Friday, June 17, 2016

Microsoft licenses cloud services to monitor legalized marijuana sales

Reviews, company announces partnership with Kind Financial, a Los Angeles firm that sells computer systems to governments that track legalized marijuana sales


Microsoft, the famously conservative company best-known for producing office software like Windows, has taken the unexpected step of entering the burgeoning industry of marijuana.

The company, founded by Bill Gates, announced a partnership on Thursday with Kind Financial, a Los Angeles firm that sells computer systems to governments that track legalized marijuana sales. 

Microsoft, which is headquartered in Washington, a state where recreational cannabis is now legal, is licensing Kind to sell Microsoft cloud services to authorities to monitor sales – rather than becoming directly involved in the trade itself.

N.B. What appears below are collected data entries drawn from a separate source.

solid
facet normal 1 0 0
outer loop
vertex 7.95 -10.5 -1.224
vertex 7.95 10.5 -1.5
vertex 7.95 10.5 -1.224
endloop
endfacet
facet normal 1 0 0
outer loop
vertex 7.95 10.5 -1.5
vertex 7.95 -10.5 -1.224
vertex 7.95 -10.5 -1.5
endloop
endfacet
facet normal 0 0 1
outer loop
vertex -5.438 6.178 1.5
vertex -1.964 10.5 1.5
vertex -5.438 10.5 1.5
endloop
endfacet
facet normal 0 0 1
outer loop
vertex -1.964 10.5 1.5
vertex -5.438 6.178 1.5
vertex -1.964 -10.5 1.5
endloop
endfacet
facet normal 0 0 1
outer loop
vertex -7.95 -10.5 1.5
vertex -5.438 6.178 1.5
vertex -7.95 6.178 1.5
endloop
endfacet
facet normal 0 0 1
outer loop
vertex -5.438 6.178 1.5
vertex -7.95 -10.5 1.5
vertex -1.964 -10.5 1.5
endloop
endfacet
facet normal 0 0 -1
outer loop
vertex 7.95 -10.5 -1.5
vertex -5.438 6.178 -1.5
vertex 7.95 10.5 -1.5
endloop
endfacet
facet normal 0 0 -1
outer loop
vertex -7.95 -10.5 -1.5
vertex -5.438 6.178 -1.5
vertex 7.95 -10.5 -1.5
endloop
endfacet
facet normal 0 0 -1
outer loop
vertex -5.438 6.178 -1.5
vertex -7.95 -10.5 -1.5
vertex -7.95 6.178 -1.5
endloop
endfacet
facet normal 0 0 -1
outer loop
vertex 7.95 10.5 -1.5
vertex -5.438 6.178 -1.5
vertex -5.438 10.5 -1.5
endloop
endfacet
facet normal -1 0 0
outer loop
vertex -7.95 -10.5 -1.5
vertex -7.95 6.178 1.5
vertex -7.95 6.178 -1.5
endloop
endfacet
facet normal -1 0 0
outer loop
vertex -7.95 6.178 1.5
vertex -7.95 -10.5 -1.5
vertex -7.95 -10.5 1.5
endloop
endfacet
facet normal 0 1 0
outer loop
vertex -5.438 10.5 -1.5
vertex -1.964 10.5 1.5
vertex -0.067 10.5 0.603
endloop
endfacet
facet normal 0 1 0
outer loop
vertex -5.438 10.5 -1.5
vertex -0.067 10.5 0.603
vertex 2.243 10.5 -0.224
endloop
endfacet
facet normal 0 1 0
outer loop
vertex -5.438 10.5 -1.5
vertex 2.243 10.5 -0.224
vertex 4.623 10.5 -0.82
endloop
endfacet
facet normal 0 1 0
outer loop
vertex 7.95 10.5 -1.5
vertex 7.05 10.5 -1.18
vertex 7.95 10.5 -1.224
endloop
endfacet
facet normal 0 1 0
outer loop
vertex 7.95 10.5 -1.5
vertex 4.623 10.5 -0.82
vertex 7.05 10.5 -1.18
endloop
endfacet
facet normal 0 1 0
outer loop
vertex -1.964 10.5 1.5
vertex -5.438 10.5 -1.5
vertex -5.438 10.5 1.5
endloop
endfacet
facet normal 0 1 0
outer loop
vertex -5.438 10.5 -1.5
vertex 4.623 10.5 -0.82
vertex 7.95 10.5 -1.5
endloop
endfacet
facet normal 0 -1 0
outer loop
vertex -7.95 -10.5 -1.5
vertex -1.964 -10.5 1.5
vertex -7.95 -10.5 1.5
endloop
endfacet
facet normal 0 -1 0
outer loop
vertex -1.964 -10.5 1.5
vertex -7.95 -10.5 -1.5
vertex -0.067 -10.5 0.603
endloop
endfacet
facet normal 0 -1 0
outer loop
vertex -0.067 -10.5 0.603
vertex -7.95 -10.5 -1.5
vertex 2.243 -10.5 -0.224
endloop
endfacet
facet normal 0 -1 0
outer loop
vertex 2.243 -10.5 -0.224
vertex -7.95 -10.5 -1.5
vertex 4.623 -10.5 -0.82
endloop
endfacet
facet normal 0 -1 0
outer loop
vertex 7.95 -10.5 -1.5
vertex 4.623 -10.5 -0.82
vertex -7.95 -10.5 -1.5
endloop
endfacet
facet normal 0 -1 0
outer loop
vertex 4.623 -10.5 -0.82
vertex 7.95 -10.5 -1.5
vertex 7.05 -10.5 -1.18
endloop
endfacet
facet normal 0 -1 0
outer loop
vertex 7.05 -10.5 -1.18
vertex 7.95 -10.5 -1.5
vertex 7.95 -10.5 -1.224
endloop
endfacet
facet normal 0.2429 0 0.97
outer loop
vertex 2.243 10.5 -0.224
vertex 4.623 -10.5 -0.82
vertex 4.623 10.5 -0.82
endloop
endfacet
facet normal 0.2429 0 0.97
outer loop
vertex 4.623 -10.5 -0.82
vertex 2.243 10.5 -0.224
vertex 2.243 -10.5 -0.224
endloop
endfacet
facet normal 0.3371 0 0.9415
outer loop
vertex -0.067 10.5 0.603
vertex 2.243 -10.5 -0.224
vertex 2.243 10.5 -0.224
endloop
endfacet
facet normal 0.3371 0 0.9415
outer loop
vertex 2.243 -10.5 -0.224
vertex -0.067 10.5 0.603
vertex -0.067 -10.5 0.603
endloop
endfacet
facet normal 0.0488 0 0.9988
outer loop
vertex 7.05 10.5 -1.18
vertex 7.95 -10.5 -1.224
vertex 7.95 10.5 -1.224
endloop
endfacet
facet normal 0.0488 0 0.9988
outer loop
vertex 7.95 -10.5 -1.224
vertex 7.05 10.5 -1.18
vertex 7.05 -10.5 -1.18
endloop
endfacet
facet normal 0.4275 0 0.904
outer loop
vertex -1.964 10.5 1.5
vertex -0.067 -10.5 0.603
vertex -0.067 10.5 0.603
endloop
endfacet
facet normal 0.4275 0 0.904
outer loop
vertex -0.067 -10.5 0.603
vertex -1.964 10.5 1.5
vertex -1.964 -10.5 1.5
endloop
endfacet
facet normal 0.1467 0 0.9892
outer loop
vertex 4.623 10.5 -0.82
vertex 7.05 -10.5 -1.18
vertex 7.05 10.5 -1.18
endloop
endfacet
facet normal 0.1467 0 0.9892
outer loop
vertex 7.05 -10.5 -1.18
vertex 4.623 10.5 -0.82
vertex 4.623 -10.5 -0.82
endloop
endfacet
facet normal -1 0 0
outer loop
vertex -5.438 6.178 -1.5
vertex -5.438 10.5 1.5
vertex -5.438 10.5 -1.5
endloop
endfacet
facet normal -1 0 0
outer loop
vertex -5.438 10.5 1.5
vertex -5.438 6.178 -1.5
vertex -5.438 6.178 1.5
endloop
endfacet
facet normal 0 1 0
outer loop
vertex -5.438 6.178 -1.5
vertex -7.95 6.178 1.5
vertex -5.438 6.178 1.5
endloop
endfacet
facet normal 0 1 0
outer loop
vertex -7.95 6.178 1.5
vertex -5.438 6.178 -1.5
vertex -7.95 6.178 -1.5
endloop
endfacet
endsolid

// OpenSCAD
l = 15.9;
b = 21;
d = 3.0;
ausparung_x = 2.5;
ausparung_y = 4.3;
cyl_r = 25;
cyl_t_x = 9.5;
cyl_t_y = 0;
cyl_t_z = cyl_r - d/2 + 0.2;
// pyramidebstumpf mit rechteckiger grundfläche
p_boden_b = 0.7;
p_boden_l = 0.9;
p_dach_b = 0.5;
p_dach_l = 0.7;
p_hoehe = 1.8;
p_t_x = - l/2 + p_boden_l/2 + 1 * 1.0;
p_t_y = -b/2 + p_boden_b/2  + 1 * 1.0;
p_t_z= d/2 - 0.2;
polyhedron_points = [
    [p_boden_l/2, p_boden_b/2, 0],    // 0 unten vorne rechts
    [-p_boden_l/2, p_boden_b/2, 0],   // 1 unten vorne links
    [-p_boden_l/2, -p_boden_b/2, 0],  // 2 unten hinten links
    [p_boden_l/2, -p_boden_b/2, 0],   // 3 unten hinten rechts
    [p_dach_l/2, p_dach_b/2, p_hoehe],    // 4 oben vorne rechts
    [-p_dach_l/2, p_dach_b/2, p_hoehe],   // 5 oben vorne links
    [-p_dach_l/2, -p_dach_b/2, p_hoehe],  // 6 oben hinten links
    [p_dach_l/2, -p_dach_b/2, p_hoehe]    // 7 oben hinten rechts
];
polyhedron_faces = [
    [0, 1, 2, 3], // Boden
    [4, 5, 6, 7], // Dach
    [0, 4, 7, 3], // Seite rechts
    [1, 5, 6, 2], // Seite links
    [0, 1, 5, 4], // Seite vorne
    [3, 2, 6, 7]  // Seite hinten
];

//debug = true;
debug = false;
$fn = 64;
union() {
    
    difference() {
        cube([l, b, d], center=true);
        translate([cyl_t_x, cyl_t_y, cyl_t_z])
        rotate([90, 0, 0])
        cylinder(h=b*1.01, r=cyl_r, center=true);
        translate([-l/2 + ausparung_x/2, b/2 - ausparung_y/2, 0])
        cube([ausparung_x*1.01, ausparung_y*1.01, d*1.01], center=true);
    }
    
    translate([p_t_x, p_t_y, p_t_z])
    polyhedron(points = polyhedron_points, faces = polyhedron_faces);
}

if (debug) {
    translate([cyl_t_x, cyl_t_y, cyl_t_z])
    rotate([90, 0, 0])
    cylinder(h=b*1.01, r=cyl_r, center=true);
    translate([-l/2 + ausparung_x/2, b/2 - ausparung_y/2, 0])
    cube([ausparung_x*1.01, ausparung_y*1.01, d*1.01], center=true);
}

Kind, founded in 2013, sells pot tracking software to growers, sellers and governments. But even the cannabis company recognizes the foundations of its business is controversial in some quarters.

Its website is straight-laced and includes no images of the multi-tipped leaf synonymous with getting high. And as CEO David Dinenberg stressed repeatedly during a brief interview, “We absolutely do not touch the plant.”

However, Microsoft, has still created a milestone in America’s slow progression towards accepting marijuana, which remains illegal under federal law. For that reason, many banks won’t work with companies involved in the regulated pot industry.

Some 25 states allow the sale of marijuana in certain circumstances, mostly with a prescription or license from a doctor. At least four states plan to vote this fall on following Washington, Oregon and Colorado in permitting recreational use of the drug.

“It’s a pretty substantial day of legitimacy, I believe, for the industry as a whole,” said Dinenberg. In the past, he’s explored partnerships with companies who wound up being “a little apprehensive to hear what the mainstream client would think”. Click here to relax animals for kids

Kind will pursue government pot compliance contracts by pitching Microsoft’s Azure cloud services. Microsoft’s government sales team will work with Kind inbidding on those contracts, Dinenberg said.

Kind and Microsoft already have bid on a contract in Puerto Rico, which began allowing medical use of marijuana this year, Dinenberg said.

“Kind agreed that Azure Government is the only cloud platform designed to meet government standards for the closely regulated cannabis compliance programs,” said Kimberly Nelson, Microsoft’s executive director state and local government solutions. “We look forward to working together to help our government customers launch successful regulatory programs.”